Goal of the exercise: With the line containing "f 184 181 198" as the start and the line containing "f 5 117 120" as the end, transcribe that span of the entries below exactly, including both.

Available data:
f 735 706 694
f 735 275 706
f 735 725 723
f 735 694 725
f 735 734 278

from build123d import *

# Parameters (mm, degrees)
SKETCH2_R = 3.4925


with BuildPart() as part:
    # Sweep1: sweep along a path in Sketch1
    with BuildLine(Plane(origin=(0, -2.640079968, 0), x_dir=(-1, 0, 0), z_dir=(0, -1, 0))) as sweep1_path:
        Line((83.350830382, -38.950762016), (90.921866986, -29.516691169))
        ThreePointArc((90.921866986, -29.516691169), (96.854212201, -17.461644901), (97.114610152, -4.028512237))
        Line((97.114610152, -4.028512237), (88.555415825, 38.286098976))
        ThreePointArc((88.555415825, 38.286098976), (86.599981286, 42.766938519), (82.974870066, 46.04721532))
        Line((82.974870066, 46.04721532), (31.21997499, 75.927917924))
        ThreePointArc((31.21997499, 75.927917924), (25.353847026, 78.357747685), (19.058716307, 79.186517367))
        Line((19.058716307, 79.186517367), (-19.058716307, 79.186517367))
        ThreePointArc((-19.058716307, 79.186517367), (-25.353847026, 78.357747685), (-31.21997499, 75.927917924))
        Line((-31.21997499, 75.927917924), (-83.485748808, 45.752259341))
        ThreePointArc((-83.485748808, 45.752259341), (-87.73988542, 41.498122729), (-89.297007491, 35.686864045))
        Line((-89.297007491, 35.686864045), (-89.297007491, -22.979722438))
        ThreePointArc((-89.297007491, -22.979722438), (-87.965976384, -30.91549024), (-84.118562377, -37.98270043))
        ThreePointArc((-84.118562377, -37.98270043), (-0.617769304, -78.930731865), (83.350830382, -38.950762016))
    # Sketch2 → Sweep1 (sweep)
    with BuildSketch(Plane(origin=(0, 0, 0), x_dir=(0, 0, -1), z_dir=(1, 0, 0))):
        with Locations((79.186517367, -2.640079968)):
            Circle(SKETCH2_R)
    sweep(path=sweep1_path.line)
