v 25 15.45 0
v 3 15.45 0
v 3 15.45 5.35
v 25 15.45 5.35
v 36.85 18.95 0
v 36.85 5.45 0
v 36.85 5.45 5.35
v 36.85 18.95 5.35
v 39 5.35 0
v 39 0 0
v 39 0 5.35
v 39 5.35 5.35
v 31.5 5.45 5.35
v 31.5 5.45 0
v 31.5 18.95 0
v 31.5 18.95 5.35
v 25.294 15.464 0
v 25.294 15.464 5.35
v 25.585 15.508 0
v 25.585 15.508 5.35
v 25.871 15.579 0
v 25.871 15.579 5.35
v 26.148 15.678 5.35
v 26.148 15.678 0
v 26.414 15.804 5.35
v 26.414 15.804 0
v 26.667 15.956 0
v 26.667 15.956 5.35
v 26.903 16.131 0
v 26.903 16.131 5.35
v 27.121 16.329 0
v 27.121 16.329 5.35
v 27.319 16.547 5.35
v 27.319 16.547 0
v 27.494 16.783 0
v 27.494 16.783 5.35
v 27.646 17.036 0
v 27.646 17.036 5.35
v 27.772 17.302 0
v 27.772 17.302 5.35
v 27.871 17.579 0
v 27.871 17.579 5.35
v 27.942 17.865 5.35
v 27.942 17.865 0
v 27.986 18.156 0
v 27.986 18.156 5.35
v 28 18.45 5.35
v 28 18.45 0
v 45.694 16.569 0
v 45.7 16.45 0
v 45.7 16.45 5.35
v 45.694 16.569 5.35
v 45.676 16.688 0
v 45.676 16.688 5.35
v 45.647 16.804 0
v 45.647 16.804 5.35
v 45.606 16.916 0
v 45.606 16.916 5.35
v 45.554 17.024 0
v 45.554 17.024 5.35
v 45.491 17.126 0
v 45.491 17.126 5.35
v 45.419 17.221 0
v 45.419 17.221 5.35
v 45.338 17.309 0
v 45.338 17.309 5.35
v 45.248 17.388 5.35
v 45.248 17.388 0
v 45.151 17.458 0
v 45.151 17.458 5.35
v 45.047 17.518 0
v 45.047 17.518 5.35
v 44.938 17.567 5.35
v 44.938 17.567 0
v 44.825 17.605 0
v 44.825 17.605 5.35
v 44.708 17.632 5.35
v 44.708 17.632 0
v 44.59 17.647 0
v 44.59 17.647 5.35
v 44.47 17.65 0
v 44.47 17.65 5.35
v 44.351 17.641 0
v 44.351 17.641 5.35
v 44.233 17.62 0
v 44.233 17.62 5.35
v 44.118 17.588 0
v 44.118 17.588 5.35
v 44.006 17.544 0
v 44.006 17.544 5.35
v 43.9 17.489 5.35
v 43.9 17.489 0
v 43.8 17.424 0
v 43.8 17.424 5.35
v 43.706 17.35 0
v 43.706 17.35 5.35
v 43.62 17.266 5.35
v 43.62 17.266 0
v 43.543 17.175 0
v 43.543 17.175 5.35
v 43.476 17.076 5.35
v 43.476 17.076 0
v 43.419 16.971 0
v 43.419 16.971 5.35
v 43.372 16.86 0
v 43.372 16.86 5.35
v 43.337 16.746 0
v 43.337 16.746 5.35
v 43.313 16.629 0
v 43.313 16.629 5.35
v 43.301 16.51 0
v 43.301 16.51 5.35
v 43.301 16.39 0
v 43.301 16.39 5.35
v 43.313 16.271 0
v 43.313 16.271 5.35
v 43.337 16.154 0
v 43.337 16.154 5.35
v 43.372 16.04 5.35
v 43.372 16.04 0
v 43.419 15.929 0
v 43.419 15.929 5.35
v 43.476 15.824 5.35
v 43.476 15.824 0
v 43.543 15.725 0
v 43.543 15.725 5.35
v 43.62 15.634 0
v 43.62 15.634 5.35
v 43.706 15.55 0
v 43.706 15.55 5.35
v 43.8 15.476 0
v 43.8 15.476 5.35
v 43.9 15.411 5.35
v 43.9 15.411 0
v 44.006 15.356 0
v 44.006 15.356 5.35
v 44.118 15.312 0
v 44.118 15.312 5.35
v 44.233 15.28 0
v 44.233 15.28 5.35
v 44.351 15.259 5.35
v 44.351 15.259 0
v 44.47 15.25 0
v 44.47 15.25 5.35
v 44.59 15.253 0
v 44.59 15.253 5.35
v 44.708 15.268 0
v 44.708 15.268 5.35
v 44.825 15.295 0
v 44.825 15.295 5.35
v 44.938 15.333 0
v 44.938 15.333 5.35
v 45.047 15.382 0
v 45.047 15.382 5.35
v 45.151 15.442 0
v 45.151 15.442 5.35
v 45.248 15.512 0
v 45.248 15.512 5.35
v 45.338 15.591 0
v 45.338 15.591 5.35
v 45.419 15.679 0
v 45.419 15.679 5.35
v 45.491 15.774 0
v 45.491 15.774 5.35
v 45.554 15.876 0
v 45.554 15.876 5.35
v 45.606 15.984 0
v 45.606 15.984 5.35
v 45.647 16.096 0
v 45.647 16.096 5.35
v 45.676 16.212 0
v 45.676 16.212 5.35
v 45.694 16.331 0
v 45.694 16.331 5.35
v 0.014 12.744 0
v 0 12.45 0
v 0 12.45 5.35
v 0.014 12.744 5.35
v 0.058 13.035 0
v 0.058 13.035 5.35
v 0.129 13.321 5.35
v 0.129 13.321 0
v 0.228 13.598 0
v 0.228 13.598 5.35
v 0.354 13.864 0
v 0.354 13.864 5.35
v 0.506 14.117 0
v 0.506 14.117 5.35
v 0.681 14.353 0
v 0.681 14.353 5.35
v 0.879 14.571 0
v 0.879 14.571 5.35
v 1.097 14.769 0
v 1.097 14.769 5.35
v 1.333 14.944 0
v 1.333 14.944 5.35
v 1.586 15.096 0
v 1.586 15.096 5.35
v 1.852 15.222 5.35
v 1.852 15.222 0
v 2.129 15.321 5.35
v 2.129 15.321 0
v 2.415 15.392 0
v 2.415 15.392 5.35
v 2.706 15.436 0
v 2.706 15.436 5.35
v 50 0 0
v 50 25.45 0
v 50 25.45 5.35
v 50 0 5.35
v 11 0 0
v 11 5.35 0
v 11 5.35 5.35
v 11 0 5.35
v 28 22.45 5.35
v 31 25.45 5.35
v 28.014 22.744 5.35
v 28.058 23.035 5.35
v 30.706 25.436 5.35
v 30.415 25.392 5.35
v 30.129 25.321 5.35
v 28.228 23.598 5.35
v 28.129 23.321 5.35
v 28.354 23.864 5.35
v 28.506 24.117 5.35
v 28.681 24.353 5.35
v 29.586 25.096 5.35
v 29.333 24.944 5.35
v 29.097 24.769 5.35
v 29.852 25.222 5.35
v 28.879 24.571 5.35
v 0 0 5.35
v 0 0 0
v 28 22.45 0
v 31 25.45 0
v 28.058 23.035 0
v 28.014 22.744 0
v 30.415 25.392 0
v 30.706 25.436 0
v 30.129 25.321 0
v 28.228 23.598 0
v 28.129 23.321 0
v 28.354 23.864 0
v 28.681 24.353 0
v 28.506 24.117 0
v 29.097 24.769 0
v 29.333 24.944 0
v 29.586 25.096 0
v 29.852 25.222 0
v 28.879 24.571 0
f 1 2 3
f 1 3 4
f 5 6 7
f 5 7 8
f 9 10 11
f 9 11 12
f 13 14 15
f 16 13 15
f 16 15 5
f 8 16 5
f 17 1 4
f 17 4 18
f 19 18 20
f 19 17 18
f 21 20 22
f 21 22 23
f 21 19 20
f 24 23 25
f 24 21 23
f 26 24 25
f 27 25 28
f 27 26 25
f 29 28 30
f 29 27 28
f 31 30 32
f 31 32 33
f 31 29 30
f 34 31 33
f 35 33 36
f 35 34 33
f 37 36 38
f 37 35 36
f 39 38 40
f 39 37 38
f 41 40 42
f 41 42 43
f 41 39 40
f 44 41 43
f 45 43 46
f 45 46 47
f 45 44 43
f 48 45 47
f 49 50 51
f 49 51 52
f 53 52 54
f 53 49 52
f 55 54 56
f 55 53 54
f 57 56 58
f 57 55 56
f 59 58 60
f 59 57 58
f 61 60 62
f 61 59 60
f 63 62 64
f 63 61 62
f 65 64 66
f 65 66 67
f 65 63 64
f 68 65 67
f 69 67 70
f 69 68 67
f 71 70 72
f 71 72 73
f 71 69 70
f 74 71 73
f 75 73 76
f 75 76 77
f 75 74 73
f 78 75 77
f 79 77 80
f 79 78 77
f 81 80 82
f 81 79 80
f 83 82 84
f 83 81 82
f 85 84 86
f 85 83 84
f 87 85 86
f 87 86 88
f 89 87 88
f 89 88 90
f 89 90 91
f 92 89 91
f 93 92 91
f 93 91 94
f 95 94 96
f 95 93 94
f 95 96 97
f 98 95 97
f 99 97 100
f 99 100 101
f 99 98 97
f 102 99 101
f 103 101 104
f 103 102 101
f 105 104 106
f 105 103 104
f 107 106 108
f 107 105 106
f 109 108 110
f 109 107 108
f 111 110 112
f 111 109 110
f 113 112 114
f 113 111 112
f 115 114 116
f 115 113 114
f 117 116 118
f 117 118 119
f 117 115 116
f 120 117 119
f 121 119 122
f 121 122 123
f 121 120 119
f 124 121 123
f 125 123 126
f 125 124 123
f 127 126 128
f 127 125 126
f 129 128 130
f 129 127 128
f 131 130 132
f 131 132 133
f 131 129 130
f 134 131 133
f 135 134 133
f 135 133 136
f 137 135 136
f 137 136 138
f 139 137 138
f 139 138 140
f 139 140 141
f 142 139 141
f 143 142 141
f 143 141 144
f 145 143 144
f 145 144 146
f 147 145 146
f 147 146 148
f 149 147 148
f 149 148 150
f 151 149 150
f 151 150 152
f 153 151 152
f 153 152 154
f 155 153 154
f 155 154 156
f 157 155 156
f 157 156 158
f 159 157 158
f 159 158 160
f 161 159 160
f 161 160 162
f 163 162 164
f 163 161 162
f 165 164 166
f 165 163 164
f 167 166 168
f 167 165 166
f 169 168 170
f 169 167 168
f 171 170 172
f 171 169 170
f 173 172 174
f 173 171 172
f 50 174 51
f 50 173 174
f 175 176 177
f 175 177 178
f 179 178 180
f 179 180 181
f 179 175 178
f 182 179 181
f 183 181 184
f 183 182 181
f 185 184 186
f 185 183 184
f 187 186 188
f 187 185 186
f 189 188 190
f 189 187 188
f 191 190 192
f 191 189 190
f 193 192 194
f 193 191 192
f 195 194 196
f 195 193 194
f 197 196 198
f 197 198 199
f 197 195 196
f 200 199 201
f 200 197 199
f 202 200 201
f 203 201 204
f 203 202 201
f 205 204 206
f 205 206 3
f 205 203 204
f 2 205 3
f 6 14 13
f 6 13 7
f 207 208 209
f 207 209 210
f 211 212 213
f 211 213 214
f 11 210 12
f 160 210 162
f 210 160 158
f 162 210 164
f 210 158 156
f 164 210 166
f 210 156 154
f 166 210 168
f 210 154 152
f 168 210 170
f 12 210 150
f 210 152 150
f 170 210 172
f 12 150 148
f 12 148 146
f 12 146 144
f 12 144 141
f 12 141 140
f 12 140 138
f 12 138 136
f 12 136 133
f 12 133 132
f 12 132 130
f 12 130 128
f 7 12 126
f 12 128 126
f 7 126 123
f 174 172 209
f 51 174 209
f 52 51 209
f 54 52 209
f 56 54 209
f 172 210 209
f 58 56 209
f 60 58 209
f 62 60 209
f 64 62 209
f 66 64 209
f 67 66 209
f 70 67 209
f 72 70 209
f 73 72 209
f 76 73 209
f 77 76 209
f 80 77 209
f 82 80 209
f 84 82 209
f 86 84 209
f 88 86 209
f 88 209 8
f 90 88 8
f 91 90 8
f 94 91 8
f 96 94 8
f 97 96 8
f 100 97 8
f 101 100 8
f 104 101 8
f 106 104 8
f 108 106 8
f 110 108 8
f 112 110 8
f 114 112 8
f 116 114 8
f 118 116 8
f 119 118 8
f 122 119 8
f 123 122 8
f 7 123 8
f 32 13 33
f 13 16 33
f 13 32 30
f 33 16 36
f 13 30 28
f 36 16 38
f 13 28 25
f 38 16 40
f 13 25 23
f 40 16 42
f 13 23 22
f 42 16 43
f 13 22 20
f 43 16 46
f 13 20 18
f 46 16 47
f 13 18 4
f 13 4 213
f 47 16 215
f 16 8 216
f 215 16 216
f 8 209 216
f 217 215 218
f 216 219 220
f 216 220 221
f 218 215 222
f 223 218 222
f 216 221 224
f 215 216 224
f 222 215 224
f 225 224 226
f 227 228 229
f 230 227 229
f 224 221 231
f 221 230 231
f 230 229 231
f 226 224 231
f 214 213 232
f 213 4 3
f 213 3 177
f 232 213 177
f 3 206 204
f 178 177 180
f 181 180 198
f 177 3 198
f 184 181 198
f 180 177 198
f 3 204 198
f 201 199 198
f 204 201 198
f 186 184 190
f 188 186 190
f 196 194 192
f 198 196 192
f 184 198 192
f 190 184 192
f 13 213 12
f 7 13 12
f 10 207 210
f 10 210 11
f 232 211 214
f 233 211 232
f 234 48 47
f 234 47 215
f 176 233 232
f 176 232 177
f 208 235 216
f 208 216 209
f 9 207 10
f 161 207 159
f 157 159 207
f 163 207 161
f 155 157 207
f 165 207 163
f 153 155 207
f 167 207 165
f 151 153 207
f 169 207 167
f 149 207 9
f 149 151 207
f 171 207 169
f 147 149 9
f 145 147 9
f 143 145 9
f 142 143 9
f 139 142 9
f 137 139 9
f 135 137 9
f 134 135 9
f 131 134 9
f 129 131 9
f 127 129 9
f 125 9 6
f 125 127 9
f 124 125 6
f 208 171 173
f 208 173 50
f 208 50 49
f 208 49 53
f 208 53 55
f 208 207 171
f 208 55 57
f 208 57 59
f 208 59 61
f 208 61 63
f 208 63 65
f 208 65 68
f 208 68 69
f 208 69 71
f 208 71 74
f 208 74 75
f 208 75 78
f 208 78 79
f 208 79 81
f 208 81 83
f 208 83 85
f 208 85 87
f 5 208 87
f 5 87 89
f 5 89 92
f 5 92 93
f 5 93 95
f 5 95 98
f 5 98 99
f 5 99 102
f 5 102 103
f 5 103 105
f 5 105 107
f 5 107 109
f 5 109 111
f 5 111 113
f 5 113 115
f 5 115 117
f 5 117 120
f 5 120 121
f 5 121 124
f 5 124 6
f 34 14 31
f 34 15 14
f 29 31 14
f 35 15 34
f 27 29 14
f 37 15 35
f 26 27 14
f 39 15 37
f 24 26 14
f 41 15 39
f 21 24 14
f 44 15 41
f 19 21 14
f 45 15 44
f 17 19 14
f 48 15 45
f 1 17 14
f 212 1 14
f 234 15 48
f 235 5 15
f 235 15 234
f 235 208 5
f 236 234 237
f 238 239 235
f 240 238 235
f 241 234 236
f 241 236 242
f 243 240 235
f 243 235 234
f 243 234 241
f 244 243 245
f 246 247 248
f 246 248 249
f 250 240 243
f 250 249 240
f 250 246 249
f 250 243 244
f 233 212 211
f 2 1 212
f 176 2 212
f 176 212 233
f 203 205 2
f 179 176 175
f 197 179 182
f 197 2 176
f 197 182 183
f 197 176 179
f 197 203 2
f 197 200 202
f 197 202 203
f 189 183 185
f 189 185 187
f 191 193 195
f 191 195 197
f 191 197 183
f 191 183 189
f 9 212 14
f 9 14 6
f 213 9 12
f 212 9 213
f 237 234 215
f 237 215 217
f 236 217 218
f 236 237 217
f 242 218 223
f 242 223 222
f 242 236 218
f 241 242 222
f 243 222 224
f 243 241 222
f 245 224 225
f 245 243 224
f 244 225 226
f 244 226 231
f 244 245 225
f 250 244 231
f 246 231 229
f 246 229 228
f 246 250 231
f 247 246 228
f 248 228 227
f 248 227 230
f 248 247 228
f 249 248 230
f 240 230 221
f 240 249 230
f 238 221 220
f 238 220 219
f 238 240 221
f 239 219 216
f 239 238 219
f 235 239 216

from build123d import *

# Parameters (mm, degrees)
MODEL_R             = 1.2
MODEL_W             = 5.350001156
MODEL_H             = 13.50000035
BOSS_EXTRUDE1_DEPTH = 5.35


with BuildPart() as part:
    # Model → Boss-Extrude1 (new body)
    with BuildSketch(Plane.XY):
        with BuildLine():
            Line((3.000000026, 15.449999832), (25.000000373, 15.449999832))
            ThreePointArc((25.000000373, 15.449999832), (27.121321034, 16.328679314), (28.000000864, 18.449999832))
            Line((28.000000864, 18.449999832), (28.000000864, 22.45000054))
            ThreePointArc((28.000000864, 22.45000054), (28.878680036, 24.571320398), (30.999999493, 25.450000539))
            Line((30.999999493, 25.450000539), (50.000000745, 25.450000539))
            Line((50.000000745, 25.450000539), (50.000000745, 0))
            Line((50.000000745, 0), (39.000000805, 0))
            Line((39.000000805, 0), (39.000000805, 5.350000225))
            Line((39.000000805, 5.350000225), (10.99999994, 5.350000225))
            Line((10.99999994, 5.350000225), (10.99999994, 0))
            Line((10.99999994, 0), (0, 0))
            Line((0, 0), (0, 12.449999832))
            ThreePointArc((0, 12.449999832), (0.878679666, 14.571320184), (3.000000026, 15.449999832))
        make_face()
        with Locations((44.5, 16.45)):
            Circle(MODEL_R, mode=Mode.SUBTRACT)
        with Locations((34.175001085, 12.20000023)):
            Rectangle(MODEL_W, MODEL_H, mode=Mode.SUBTRACT)
    extrude(amount=BOSS_EXTRUDE1_DEPTH)


solid = part.part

Exercise result:
f 184 181 198
f 180 177 198
f 3 204 198
f 201 199 198
f 204 201 198
f 186 184 190
f 188 186 190
f 196 194 192
f 198 196 192
f 184 198 192
f 190 184 192
f 13 213 12
f 7 13 12
f 10 207 210
f 10 210 11
f 232 211 214
f 233 211 232
f 234 48 47
f 234 47 215
f 176 233 232
f 176 232 177
f 208 235 216
f 208 216 209
f 9 207 10
f 161 207 159
f 157 159 207
f 163 207 161
f 155 157 207
f 165 207 163
f 153 155 207
f 167 207 165
f 151 153 207
f 169 207 167
f 149 207 9
f 149 151 207
f 171 207 169
f 147 149 9
f 145 147 9
f 143 145 9
f 142 143 9
f 139 142 9
f 137 139 9
f 135 137 9
f 134 135 9
f 131 134 9
f 129 131 9
f 127 129 9
f 125 9 6
f 125 127 9
f 124 125 6
f 208 171 173
f 208 173 50
f 208 50 49
f 208 49 53
f 208 53 55
f 208 207 171
f 208 55 57
f 208 57 59
f 208 59 61
f 208 61 63
f 208 63 65
f 208 65 68
f 208 68 69
f 208 69 71
f 208 71 74
f 208 74 75
f 208 75 78
f 208 78 79
f 208 79 81
f 208 81 83
f 208 83 85
f 208 85 87
f 5 208 87
f 5 87 89
f 5 89 92
f 5 92 93
f 5 93 95
f 5 95 98
f 5 98 99
f 5 99 102
f 5 102 103
f 5 103 105
f 5 105 107
f 5 107 109
f 5 109 111
f 5 111 113
f 5 113 115
f 5 115 117
f 5 117 120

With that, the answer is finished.